Is a good solution to avoid to query a table with 4 milions of rows ?
Is there an alternative solution?
Like many have said, it's a bit premature to split your table up into smaller tables (horizontal partitioning or even sharding). Databases are made to handle tables of this size, so your performance problem is probably somewhere else.
Indexes are the first step, it sounds like you've done this though. 4 million rows should be ok for the db to handle with an index.
Second, check the number of queries you're running. You can do this with something like the django debug toolbar, and you'll often be surprised how many unnecessary queries are being made.
Caching is the next step, use memcached for pages or parts of pages that are unchanged for most users.

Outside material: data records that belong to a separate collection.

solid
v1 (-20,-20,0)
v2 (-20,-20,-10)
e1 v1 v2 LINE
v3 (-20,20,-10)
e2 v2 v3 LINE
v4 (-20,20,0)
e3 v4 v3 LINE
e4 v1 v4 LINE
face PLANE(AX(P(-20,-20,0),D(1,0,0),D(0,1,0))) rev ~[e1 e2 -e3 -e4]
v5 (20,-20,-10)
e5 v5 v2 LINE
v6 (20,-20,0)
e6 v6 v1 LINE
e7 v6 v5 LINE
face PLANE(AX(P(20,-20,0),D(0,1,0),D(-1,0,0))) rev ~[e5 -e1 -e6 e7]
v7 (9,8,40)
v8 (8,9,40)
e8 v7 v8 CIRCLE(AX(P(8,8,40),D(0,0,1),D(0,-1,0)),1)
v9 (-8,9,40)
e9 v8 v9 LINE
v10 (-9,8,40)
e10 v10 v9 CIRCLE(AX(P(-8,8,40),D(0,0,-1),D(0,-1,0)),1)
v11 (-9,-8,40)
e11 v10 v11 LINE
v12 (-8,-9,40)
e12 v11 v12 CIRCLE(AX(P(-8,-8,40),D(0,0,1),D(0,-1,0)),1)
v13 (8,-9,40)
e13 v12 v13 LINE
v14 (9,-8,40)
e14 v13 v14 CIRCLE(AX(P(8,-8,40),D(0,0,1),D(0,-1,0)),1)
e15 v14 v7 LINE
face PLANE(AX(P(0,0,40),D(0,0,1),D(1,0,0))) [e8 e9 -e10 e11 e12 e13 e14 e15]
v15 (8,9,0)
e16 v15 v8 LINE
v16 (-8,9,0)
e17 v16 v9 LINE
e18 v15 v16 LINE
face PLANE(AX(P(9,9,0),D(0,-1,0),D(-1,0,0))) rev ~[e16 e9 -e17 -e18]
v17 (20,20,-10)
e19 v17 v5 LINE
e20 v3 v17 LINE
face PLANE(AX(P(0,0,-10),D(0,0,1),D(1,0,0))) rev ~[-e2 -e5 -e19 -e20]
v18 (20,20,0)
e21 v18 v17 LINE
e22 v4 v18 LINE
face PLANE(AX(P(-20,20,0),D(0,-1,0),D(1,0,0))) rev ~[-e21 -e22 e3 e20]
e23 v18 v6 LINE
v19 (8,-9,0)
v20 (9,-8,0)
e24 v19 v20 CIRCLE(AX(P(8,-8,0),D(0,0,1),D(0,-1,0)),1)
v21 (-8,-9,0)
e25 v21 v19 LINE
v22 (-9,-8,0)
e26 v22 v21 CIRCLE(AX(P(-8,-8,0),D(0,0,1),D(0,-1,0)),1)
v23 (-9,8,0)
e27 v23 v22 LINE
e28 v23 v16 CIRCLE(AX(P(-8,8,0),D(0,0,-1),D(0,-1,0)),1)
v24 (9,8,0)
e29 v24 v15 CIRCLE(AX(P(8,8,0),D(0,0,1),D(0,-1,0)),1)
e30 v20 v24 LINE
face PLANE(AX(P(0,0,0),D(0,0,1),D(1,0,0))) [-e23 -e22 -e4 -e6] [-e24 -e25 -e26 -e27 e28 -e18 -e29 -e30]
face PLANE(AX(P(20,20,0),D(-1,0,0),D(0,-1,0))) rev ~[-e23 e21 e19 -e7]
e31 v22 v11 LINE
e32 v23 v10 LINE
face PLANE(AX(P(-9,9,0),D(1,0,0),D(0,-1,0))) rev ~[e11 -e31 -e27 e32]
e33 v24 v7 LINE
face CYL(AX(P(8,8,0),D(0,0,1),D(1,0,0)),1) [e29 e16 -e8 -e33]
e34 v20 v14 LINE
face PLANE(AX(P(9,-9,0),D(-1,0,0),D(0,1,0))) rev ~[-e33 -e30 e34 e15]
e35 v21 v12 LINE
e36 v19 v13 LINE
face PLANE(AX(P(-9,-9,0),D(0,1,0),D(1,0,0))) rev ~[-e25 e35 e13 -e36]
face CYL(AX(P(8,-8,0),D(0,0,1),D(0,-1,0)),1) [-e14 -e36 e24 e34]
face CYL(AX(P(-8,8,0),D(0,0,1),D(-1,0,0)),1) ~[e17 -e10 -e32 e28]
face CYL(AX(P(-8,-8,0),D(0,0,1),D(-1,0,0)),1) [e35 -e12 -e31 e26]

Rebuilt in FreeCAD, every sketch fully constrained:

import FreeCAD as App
import Part
import Sketcher
Q = App.Units.Quantity


def edges_at(feature, points):
    """Names of the edges that pass closest to the given points."""
    edges = feature.Shape.Edges
    near = lambda p: min(range(len(edges)), key=lambda i: edges[i].distToShape(Part.Vertex(*p))[0])
    return sorted({f"Edge{near(p) + 1}" for p in points})


def add_polygon(sketch, points):
    """Adds a closed chain of lines whose ends are joined by coincident constraints."""
    first, n = sketch.GeometryCount, len(points)
    for a, b in zip(points, points[1:] + points[:1]):
        sketch.addGeometry(Part.LineSegment(App.Vector(*a, 0), App.Vector(*b, 0)), False)
    for i in range(n):
        sketch.addConstraint(Sketcher.Constraint("Coincident", first + i, 2, first + (i + 1) % n, 1))

doc = App.newDocument("Part")
body = doc.addObject("PartDesign::Body", "Body")

# Sketch on XY plane
sketch1 = body.newObject("Sketcher::SketchObject", "Sketch")
sketch1.AttachmentSupport = (doc.getObject("XY_Plane"), [""])
sketch1.MapMode = "FlatFace"
add_polygon(sketch1, [(-9, 9), (-9, -9), (9, -9), (9, 9)])  # lines 0-3
sketch1.addConstraint([
    Sketcher.Constraint("Vertical", 0),
    Sketcher.Constraint("Horizontal", 1),
    Sketcher.Constraint("Vertical", 2),
    Sketcher.Constraint("Horizontal", 3),
    Sketcher.Constraint("Symmetric", 0, 2, 2, 2, -1, 1),
    Sketcher.Constraint("Equal", 3, 0),
    Sketcher.Constraint("DistanceX", 1, 1, 1, 2, Q("18 mm")),
])
pad1 = body.newObject("PartDesign::Pad", "Pad")
pad1.Profile = sketch1
pad1.Length = 40

# Sketch on XY plane
sketch2 = body.newObject("Sketcher::SketchObject", "Sketch001")
sketch2.AttachmentSupport = (doc.getObject("XY_Plane"), [""])
sketch2.MapMode = "FlatFace"
add_polygon(sketch2, [(-20, -20), (20, -20), (20, 20), (-20, 20)])  # lines 0-3
sketch2.addConstraint([
    Sketcher.Constraint("Horizontal", 0),
    Sketcher.Constraint("Vertical", 1),
    Sketcher.Constraint("Horizontal", 2),
    Sketcher.Constraint("Vertical", 3),
    Sketcher.Constraint("Symmetric", 0, 2, 2, 2, -1, 1),
    Sketcher.Constraint("Equal", 2, 1),
    Sketcher.Constraint("DistanceX", 0, 1, 0, 2, Q("40 mm")),
])
pad2 = body.newObject("PartDesign::Pad", "Pad001")
pad2.Profile = sketch2
pad2.Length = 10
pad2.Reversed = True
doc.recompute()

fillet = body.newObject("PartDesign::Fillet", "Fillet")
fillet.Base = (pad2, edges_at(pad2, [
    (9, 9, 20),
    (9, -9, 20),
    (-9, -9, 20),
    (-9, 9, 20),
]))
fillet.Radius = 1

doc.recompute()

This is where you will see your biggest performance boost for the little effort required.
If you really, really need to split up the tables, the latest version of django (1.2 alpha) can handle sharding (eg multi-db), and you should be able to hand write a horizontal partitioning solution (postgres offers an in-db way to do this). Please don't use genre to split the tables! pick something that you wont ever, ever change and that you'll always know when making a query. Like author and divide by first letter of the surname or something. This is a lot of effort and has a number of drawbacks for a database which isn't particularly big --- this is why most people here are advising against it!
[edit]
I left out denormalisation! Put common counts, sums etc in the eg author table to prevent joins on common queries. The downside is that you have to maintain it yourself (until django adds a DenormalizedField). I would look at this during development for clear, straightforward cases or after caching has failed you --- but well before sharding or horizontal partitioning.
ForeignKey is implemented as IntegerField in the database, so you save little to nothing at the cost of crippling your model.
Edit:
And for pete's sake, keep it in one table and use indexes as appropriate.
You haven't mentioned which database you're using. Some databases - like MySQL and PostgreSQL - have extremely conservative settings out-of-the-box, which are basically unusable for anything except tiny databases on tiny servers.
If you tell us which database you're using, and what hardware it's running on, and whether that hardware is shared with other applications (is it also serving the web application, for example) then we may be able to give you some specific tuning advice.
For example, with MySQL, you will probably need to tune the InnoDB settings; for PostgreSQL, you'll need to alter shared_buffers and a number of other settings.
I'm not familiar with Django, but I have a general understanding of DB.
When you have large databases, it's pretty normal to index your database. That way, retrieving data, should be pretty quick.
When it comes to associate a book with a reader, you should create another table, that links reader to books.
It's not a bad idea to divide the books into subjects. But I'm not sure what you mean by having 20 applications.
Are you having performance problems? If so, you might need to add a few indexes.
One way to get an idea where an index would help is by looking at your db server's query log (instructions here if you're on MySQL).
If you're not having performance problems, then just go with it. Databases are made to handle millions of records, and django is pretty good at generating sensible queries.
A common approach to this type of problem is Sharding. Unfortunately it's mostly up to the ORM to implement it (Hibernate does it wonderfully) and Django does not support this. However, I'm not sure 4 million rows is really all that bad. Your queries should still be entirely manageable.
Perhaps you should look in to caching with something like memcached. Django supports this quite well.
You can use a server-side datatable. If you can implement a server-side datatable, you will be able to have more than 4 million records in less than a second.